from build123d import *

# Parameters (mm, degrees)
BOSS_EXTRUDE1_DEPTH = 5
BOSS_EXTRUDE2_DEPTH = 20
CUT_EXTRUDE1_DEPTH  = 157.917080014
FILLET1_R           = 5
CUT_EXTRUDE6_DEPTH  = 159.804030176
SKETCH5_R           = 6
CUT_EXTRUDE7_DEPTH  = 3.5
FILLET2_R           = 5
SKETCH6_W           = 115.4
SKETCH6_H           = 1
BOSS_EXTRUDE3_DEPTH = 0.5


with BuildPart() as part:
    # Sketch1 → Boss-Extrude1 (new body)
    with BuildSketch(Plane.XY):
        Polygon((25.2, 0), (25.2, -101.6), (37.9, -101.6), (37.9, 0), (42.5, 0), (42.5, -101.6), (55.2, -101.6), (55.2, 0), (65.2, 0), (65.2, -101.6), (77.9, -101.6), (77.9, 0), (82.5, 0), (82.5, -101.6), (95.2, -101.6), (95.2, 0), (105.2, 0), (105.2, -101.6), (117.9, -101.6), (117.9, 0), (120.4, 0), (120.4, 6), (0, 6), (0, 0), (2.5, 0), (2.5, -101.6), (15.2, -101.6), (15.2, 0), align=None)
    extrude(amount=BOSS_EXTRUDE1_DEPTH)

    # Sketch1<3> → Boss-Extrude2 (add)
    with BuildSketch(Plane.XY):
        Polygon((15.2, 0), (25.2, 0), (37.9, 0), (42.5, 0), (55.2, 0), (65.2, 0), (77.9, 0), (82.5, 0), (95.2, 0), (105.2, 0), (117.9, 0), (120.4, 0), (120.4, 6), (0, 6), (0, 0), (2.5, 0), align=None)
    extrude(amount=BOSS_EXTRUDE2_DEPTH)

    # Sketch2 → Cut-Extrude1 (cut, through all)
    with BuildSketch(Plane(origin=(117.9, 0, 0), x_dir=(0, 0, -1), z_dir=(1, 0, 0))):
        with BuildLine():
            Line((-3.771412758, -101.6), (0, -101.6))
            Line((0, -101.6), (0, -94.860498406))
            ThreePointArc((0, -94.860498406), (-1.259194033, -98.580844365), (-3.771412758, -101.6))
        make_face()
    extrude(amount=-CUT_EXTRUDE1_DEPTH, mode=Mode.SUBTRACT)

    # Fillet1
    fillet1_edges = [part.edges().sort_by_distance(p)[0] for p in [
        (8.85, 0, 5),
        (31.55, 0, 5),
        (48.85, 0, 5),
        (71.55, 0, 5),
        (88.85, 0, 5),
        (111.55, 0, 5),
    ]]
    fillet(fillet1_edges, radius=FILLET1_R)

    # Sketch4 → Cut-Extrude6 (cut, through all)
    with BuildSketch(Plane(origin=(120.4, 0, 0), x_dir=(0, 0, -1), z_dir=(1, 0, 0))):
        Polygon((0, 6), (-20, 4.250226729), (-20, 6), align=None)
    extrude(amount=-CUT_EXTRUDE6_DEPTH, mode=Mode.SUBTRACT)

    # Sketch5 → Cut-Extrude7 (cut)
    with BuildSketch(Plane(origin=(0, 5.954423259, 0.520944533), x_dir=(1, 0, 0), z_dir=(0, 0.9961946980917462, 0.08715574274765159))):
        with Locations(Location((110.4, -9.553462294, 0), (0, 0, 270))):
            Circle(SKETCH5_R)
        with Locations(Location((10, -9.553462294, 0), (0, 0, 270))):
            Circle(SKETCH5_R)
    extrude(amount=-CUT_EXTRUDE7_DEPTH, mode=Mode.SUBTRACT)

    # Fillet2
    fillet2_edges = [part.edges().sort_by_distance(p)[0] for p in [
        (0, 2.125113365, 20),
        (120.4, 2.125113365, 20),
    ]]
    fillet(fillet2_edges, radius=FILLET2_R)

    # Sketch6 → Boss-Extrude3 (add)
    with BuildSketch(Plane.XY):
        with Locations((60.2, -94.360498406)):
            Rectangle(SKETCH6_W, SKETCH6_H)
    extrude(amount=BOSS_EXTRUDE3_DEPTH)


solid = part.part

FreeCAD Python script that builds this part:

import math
import FreeCAD as App
import Part
import Sketcher

V = App.Vector
Q = App.Units.Quantity


def edges_at(feature, points):
    """Names of the edges that pass closest to the given points."""
    edges = feature.Shape.Edges
    near = lambda p: min(range(len(edges)), key=lambda i: edges[i].distToShape(Part.Vertex(*p))[0])
    return sorted({f"Edge{near(p) + 1}" for p in points})

doc = App.newDocument("Part")
body = doc.addObject("PartDesign::Body", "Body")

sketch1 = body.newObject("Sketcher::SketchObject", "Sketch")
sketch1.AttachmentSupport = (doc.getObject("XY_Plane"), [""])
sketch1.MapMode = "FlatFace"
sketch1.addGeometry([
    Part.LineSegment(V(25.2, 0, 0), V(25.2, -101.6, 0)),
    Part.LineSegment(V(25.2, -101.6, 0), V(37.9, -101.6, 0)),
    Part.LineSegment(V(37.9, -101.6, 0), V(37.9, 0, 0)),
    Part.LineSegment(V(37.9, 0, 0), V(42.5, 0, 0)),
    Part.LineSegment(V(42.5, 0, 0), V(42.5, -101.6, 0)),
    Part.LineSegment(V(42.5, -101.6, 0), V(55.2, -101.6, 0)),
    Part.LineSegment(V(55.2, -101.6, 0), V(55.2, 0, 0)),
    Part.LineSegment(V(55.2, 0, 0), V(65.2, 0, 0)),
    Part.LineSegment(V(65.2, 0, 0), V(65.2, -101.6, 0)),
    Part.LineSegment(V(65.2, -101.6, 0), V(77.9, -101.6, 0)),
    Part.LineSegment(V(77.9, -101.6, 0), V(77.9, 0, 0)),
    Part.LineSegment(V(77.9, 0, 0), V(82.5, 0, 0)),
    Part.LineSegment(V(82.5, 0, 0), V(82.5, -101.6, 0)),
    Part.LineSegment(V(82.5, -101.6, 0), V(95.2, -101.6, 0)),
    Part.LineSegment(V(95.2, -101.6, 0), V(95.2, 0, 0)),
    Part.LineSegment(V(95.2, 0, 0), V(105.2, 0, 0)),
▬▬▬▬▬▬
*Problem requirements*.
The expected output is exactly the lines of the listing above between the line holding "extrude(amount=-CUT_EXTRUDE6_DEPTH, mode=Mode.SUBTRACT)" and the line holding "FreeCAD Python script", inclusive.

*Expected answer*.
    extrude(amount=-CUT_EXTRUDE6_DEPTH, mode=Mode.SUBTRACT)

    # Sketch5 → Cut-Extrude7 (cut)
    with BuildSketch(Plane(origin=(0, 5.954423259, 0.520944533), x_dir=(1, 0, 0), z_dir=(0, 0.9961946980917462, 0.08715574274765159))):
        with Locations(Location((110.4, -9.553462294, 0), (0, 0, 270))):
            Circle(SKETCH5_R)
        with Locations(Location((10, -9.553462294, 0), (0, 0, 270))):
            Circle(SKETCH5_R)
    extrude(amount=-CUT_EXTRUDE7_DEPTH, mode=Mode.SUBTRACT)

    # Fillet2
    fillet2_edges = [part.edges().sort_by_distance(p)[0] for p in [
        (0, 2.125113365, 20),
        (120.4, 2.125113365, 20),
    ]]
    fillet(fillet2_edges, radius=FILLET2_R)

    # Sketch6 → Boss-Extrude3 (add)
    with BuildSketch(Plane.XY):
        with Locations((60.2, -94.360498406)):
            Rectangle(SKETCH6_W, SKETCH6_H)
    extrude(amount=BOSS_EXTRUDE3_DEPTH)


solid = part.part

FreeCAD Python script that builds this part:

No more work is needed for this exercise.